• [DIRECTIONS FOR THIS TASK] Output only the lines of the entries that follow, starting at the one with "v -2.893 -12.674 20" and running down to the one with "v 50 -15.505 4.7", both included and unchanged.

---- MATERIAL FOR THIS TASK

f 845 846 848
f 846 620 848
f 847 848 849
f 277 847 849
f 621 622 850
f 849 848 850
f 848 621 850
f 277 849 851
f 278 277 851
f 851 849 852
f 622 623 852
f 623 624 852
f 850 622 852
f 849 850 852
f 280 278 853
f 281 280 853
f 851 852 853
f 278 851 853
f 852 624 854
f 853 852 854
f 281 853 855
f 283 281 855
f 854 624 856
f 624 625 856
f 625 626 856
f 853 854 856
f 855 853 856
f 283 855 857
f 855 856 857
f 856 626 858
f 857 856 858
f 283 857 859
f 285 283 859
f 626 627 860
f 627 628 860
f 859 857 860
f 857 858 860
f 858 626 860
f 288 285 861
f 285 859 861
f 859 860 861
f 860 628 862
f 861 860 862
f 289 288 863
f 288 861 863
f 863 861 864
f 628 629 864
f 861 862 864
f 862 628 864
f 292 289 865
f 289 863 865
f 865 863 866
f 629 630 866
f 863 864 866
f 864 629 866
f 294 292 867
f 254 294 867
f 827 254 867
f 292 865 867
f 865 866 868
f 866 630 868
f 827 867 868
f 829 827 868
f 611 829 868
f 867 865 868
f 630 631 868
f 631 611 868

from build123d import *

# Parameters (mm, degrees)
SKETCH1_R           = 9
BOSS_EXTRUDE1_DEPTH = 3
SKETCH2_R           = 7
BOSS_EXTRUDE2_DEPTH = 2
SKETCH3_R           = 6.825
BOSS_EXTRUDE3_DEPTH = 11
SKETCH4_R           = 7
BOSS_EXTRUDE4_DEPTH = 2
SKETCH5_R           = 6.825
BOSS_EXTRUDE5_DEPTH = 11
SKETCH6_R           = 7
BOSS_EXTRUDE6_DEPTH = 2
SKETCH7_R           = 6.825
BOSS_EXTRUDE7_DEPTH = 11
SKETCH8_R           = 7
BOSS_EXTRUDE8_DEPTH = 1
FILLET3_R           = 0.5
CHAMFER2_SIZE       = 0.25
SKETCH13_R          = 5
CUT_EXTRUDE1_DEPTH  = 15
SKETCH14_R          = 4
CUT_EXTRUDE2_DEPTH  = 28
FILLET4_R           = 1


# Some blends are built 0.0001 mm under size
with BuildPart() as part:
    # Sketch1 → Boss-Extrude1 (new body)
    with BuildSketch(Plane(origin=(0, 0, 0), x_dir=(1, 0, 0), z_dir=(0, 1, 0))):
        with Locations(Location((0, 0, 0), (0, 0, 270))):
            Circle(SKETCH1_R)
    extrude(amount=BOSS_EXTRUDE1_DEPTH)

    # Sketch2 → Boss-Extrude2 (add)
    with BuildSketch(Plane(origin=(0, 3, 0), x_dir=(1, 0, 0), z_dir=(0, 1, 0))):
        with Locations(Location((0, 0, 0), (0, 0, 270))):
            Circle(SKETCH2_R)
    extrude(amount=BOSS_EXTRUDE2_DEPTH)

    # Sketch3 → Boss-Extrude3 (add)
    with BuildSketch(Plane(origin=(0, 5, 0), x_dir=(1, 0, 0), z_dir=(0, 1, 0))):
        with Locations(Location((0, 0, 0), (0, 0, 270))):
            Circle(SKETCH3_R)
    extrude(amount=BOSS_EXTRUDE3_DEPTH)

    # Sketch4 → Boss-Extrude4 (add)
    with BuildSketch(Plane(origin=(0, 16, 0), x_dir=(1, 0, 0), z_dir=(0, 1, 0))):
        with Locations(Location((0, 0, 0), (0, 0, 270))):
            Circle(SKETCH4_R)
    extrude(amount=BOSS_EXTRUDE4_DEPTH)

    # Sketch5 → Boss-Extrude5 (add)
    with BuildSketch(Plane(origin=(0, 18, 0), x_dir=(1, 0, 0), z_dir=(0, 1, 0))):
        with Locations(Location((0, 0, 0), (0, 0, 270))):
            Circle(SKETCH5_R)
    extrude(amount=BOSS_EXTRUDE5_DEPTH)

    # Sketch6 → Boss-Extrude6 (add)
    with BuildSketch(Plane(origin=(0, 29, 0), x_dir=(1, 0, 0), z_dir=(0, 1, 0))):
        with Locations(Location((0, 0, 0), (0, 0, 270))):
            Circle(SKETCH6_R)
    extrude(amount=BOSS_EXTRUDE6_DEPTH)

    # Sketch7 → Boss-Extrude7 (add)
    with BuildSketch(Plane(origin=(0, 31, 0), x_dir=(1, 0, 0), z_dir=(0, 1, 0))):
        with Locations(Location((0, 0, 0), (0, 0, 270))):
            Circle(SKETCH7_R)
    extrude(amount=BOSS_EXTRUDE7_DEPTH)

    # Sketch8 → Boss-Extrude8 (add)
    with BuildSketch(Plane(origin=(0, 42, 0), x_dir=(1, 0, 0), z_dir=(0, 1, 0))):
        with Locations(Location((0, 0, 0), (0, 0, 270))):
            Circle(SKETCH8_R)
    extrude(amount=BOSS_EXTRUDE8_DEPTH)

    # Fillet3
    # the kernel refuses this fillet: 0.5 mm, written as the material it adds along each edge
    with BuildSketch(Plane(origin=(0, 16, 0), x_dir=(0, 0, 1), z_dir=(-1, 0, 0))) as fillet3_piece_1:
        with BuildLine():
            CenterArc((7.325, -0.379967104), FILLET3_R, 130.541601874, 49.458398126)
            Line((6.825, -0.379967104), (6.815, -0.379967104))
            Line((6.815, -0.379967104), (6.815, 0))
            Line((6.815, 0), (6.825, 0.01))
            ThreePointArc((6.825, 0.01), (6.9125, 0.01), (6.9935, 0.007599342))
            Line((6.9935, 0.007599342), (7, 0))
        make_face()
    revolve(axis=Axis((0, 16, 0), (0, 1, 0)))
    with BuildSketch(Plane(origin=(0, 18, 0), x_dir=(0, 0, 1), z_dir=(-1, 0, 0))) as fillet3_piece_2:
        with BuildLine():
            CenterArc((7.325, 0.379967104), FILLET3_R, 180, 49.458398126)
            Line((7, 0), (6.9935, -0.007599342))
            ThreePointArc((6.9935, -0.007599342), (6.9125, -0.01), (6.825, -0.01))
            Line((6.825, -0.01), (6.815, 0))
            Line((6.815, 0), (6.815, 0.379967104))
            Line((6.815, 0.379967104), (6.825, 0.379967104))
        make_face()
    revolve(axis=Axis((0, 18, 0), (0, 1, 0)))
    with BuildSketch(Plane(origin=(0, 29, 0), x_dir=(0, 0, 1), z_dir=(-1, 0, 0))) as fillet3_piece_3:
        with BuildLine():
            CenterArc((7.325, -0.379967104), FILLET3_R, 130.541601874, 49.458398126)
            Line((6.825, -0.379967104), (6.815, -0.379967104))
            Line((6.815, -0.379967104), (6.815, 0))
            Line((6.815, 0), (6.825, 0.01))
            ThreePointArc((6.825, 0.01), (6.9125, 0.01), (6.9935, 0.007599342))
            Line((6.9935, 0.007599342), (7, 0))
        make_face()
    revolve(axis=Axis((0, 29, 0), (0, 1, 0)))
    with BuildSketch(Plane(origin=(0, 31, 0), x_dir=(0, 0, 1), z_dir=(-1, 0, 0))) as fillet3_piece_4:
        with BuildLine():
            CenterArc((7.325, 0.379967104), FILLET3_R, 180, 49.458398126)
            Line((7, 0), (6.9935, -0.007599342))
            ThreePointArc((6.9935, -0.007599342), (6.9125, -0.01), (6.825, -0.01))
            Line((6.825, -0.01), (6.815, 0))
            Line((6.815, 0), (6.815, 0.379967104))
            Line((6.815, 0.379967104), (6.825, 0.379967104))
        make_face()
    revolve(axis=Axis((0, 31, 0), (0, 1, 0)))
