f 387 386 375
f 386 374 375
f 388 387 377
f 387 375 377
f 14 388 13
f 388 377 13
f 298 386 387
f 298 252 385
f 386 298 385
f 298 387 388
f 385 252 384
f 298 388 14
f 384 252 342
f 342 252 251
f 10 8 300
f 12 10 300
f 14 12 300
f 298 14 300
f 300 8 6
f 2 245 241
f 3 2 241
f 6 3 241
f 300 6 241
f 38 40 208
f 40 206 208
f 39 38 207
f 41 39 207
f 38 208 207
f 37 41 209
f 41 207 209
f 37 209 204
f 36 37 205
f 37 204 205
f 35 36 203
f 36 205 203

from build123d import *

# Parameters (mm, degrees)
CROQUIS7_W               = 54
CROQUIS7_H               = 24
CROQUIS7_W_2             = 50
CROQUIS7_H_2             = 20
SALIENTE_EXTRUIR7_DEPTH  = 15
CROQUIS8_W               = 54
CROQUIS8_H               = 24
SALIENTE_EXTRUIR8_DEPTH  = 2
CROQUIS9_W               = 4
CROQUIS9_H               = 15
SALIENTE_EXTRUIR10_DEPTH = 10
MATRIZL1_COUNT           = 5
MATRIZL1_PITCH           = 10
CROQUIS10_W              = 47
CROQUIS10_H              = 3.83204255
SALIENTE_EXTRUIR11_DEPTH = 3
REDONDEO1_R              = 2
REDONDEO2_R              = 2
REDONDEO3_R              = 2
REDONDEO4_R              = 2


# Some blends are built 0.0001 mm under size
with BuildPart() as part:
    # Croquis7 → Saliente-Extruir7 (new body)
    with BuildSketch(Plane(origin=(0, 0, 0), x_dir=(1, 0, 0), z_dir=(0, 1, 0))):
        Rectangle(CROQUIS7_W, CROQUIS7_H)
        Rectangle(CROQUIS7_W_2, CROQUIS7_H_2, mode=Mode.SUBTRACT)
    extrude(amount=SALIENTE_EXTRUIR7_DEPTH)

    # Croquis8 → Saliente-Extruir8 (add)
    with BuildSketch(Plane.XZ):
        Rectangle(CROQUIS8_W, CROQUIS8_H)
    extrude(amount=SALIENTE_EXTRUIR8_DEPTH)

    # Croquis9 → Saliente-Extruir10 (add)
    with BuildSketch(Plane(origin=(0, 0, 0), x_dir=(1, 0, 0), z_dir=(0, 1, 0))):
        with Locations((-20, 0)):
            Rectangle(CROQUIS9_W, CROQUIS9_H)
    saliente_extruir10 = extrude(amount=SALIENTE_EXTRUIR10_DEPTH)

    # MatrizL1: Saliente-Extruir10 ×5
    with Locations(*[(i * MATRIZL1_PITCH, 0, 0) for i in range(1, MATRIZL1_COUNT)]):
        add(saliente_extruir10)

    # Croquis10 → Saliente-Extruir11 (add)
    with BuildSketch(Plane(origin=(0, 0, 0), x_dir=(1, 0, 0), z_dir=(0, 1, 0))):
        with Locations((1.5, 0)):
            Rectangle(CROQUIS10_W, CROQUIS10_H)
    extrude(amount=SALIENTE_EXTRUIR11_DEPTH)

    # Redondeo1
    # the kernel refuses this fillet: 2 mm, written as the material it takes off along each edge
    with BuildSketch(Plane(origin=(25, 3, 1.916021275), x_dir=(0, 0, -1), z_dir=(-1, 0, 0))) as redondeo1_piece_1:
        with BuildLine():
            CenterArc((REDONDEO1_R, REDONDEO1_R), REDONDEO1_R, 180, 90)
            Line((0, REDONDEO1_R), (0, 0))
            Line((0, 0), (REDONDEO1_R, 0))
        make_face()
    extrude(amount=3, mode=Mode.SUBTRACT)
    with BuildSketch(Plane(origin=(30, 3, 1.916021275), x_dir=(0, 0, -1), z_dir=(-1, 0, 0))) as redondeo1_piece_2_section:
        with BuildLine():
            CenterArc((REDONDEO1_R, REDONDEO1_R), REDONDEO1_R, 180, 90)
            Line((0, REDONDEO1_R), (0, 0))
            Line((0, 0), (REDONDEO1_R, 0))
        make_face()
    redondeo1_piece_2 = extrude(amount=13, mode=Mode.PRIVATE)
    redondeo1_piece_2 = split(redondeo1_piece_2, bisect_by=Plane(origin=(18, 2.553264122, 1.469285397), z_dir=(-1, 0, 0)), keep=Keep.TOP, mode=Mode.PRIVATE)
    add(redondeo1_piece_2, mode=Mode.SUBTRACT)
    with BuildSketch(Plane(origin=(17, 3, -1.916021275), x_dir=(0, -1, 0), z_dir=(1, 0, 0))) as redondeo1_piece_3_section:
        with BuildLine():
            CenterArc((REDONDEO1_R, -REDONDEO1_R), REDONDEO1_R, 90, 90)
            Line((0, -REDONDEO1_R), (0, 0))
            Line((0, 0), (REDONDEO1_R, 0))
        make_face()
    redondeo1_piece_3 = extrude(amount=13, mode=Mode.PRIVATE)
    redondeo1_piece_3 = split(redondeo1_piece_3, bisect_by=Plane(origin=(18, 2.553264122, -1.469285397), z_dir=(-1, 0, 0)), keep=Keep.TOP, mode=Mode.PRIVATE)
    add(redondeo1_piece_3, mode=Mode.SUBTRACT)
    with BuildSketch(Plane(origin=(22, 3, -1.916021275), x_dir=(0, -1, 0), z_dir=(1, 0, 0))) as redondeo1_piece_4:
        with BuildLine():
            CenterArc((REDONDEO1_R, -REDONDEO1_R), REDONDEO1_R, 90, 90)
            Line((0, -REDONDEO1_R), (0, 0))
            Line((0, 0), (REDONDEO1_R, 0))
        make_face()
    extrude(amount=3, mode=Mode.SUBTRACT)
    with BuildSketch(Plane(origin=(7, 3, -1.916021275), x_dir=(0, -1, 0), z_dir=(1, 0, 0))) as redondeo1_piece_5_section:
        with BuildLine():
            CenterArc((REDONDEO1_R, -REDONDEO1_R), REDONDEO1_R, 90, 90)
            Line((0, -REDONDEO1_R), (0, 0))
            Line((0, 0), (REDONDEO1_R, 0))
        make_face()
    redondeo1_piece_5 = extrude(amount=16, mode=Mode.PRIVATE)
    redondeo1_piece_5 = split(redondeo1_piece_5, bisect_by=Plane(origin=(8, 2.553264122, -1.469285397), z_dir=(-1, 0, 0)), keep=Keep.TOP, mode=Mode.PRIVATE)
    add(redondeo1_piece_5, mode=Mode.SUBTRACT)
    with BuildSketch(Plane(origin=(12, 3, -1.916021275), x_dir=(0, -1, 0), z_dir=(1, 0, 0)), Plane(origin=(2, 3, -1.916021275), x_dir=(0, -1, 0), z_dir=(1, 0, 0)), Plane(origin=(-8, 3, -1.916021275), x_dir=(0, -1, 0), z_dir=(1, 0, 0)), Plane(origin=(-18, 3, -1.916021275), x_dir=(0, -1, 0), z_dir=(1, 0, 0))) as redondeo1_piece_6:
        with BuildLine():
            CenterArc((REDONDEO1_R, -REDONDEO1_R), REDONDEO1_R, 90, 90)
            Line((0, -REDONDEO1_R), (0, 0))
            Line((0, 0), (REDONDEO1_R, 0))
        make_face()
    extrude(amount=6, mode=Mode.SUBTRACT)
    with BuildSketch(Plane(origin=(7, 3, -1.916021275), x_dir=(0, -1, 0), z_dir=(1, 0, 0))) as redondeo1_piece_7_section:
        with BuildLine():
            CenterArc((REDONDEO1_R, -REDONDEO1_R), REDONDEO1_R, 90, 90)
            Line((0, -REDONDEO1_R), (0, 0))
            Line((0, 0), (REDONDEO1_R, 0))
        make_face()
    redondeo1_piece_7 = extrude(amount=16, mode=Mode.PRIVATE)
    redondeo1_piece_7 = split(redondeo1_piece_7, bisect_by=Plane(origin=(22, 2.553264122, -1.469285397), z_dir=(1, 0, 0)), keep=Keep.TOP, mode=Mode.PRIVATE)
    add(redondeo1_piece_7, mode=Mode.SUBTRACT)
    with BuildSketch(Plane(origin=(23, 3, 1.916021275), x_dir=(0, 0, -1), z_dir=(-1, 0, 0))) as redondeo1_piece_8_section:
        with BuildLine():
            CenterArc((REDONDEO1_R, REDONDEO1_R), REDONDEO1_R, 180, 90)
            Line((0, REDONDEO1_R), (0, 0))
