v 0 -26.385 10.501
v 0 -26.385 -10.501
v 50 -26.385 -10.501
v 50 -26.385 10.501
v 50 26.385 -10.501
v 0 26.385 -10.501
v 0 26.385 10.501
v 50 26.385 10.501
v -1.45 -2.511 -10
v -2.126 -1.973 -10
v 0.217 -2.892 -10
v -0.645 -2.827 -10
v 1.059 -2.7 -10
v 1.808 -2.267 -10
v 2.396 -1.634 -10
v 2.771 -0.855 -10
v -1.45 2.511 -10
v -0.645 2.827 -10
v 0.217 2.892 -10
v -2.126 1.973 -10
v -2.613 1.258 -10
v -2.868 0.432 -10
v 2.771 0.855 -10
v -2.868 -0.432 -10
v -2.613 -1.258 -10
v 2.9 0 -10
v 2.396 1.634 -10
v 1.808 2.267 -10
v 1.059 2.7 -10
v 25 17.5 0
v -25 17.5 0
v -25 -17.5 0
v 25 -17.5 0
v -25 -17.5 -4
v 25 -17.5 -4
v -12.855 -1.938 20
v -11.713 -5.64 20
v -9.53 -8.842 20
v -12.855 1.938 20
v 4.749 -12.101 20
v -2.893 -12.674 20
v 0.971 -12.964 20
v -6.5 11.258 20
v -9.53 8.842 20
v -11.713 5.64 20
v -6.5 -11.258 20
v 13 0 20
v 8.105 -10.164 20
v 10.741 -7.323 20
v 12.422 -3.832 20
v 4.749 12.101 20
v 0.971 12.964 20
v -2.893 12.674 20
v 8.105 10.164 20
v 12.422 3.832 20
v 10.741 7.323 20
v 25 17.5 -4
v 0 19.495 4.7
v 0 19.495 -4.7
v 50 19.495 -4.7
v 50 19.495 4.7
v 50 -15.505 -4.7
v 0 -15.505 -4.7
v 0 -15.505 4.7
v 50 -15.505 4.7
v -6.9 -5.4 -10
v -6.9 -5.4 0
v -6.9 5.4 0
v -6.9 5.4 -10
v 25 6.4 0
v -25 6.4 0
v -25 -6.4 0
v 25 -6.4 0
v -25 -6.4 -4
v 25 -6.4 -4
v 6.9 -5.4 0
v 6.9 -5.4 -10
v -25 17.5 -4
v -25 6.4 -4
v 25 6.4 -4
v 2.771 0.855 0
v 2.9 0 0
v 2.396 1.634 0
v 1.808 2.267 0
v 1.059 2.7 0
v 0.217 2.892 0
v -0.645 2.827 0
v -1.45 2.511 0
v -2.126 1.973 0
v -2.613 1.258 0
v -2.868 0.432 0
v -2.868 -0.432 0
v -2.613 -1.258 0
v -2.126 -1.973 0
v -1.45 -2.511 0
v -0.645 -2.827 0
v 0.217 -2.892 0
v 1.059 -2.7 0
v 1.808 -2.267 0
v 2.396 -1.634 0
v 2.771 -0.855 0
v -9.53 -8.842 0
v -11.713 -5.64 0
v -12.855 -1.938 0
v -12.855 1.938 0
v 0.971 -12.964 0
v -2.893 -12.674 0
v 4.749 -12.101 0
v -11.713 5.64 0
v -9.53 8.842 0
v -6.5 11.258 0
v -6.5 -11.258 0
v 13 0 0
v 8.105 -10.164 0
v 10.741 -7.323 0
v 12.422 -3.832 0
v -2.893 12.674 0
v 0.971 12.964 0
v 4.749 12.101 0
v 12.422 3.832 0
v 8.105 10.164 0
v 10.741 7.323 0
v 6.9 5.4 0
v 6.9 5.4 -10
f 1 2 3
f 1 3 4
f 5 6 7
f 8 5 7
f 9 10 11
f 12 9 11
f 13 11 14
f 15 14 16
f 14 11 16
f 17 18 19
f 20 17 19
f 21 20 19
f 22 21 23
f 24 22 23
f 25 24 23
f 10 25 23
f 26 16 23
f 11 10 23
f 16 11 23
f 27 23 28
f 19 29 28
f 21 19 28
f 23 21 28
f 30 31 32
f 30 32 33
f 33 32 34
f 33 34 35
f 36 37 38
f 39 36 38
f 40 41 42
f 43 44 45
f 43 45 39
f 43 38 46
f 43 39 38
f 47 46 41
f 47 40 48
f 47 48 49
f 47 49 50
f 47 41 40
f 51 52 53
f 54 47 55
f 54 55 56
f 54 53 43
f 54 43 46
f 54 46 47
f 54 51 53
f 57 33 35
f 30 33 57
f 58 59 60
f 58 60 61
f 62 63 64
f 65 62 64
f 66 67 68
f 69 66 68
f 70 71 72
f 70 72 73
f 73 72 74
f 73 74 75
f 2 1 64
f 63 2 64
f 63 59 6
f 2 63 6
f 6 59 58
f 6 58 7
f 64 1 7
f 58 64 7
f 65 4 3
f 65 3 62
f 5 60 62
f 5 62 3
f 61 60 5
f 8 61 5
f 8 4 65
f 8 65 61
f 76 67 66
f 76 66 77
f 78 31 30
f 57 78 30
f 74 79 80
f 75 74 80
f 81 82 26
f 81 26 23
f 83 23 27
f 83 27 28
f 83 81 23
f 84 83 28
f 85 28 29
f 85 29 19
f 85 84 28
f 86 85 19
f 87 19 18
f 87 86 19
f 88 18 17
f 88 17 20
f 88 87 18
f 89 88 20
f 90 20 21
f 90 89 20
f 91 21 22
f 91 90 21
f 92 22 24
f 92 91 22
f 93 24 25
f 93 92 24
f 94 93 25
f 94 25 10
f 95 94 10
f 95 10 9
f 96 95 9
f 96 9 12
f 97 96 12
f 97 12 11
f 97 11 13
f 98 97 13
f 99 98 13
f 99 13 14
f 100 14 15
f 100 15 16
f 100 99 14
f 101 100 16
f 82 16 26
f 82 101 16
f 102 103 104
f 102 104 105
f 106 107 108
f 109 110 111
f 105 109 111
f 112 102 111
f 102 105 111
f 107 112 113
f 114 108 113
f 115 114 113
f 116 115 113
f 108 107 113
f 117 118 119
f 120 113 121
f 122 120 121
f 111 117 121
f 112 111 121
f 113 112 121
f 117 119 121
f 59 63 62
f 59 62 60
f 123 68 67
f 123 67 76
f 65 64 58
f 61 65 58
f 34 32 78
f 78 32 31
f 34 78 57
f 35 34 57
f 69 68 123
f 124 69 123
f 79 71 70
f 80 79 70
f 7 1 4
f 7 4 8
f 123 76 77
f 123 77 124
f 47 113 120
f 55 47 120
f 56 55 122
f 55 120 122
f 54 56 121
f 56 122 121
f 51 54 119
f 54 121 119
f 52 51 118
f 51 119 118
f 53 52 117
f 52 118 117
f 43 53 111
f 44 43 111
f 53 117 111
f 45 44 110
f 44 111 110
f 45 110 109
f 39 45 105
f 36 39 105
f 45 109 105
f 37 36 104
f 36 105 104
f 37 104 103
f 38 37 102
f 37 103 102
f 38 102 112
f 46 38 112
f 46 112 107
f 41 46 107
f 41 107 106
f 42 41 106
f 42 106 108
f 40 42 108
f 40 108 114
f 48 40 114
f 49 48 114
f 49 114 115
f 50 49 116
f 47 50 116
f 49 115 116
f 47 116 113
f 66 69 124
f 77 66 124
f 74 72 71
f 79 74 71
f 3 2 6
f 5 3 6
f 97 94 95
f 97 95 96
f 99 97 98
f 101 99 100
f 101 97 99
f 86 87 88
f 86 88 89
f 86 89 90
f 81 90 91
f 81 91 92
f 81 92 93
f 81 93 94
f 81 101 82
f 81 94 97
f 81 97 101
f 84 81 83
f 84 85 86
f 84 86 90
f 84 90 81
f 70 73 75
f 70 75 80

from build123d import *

# Parameters (mm, degrees)
F0_R      = 13
F1_DEPTH  = 20
F2_W      = 13.8
F2_H      = 10.8
F3_DEPTH  = 10
F4_R      = 2.9
F5_DEPTH  = 10
F6_W      = 50
F6_H      = 12.8
F7_DEPTH  = 4
F8_W      = 50
F8_H      = 35
F9_DEPTH  = 4
F10_W     = 52.769538
F10_H     = 21.002858
F10_W_2   = 35
F10_H_2   = 9.4
F11_DEPTH = 50


with BuildPart() as f1:
    # F0 (on Top) → F1 (new body)
    with BuildSketch(Plane.XY):
        Circle(F0_R)
    extrude(amount=F1_DEPTH)


with BuildPart() as f3:
    # F2 (on Top) → F3 (new body)
    with BuildSketch(Plane.XY):
        Rectangle(F2_W, F2_H)
    extrude(amount=-F3_DEPTH)


with BuildPart() as f5:
    # F4 (on Top) → F5 (new body)
    with BuildSketch(Plane.XY):
        Circle(F4_R)
    extrude(amount=-F5_DEPTH)


with BuildPart() as f7:
    # F6 (on Top) → F7 (new body)
    with BuildSketch(Plane.XY):
        Rectangle(F6_W, F6_H)
    extrude(amount=-F7_DEPTH)


with BuildPart() as f9:
    # F8 (on Top) → F9 (new body)
    with BuildSketch(Plane.XY):
        Rectangle(F8_W, F8_H)
    extrude(amount=-F9_DEPTH)


with BuildPart() as f11:
    # F10 (on Right) → F11 (new body)
    with BuildSketch(Plane.YZ):
        Rectangle(F10_W, F10_H)
        with Locations((1.995266, 0)):
            Rectangle(F10_W_2, F10_H_2, mode=Mode.SUBTRACT)
    extrude(amount=F11_DEPTH)


solid = Compound([f1.part, f3.part, f5.part, f7.part, f9.part, f11.part])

--------

• [ANSWER TO THIS TASK]
v -2.893 -12.674 20
v 0.971 -12.964 20
v -6.5 11.258 20
v -9.53 8.842 20
v -11.713 5.64 20
v -6.5 -11.258 20
v 13 0 20
v 8.105 -10.164 20
v 10.741 -7.323 20
v 12.422 -3.832 20
v 4.749 12.101 20
v 0.971 12.964 20
v -2.893 12.674 20
v 8.105 10.164 20
v 12.422 3.832 20
v 10.741 7.323 20
v 25 17.5 -4
v 0 19.495 4.7
v 0 19.495 -4.7
v 50 19.495 -4.7
v 50 19.495 4.7
v 50 -15.505 -4.7
v 0 -15.505 -4.7
v 0 -15.505 4.7
v 50 -15.505 4.7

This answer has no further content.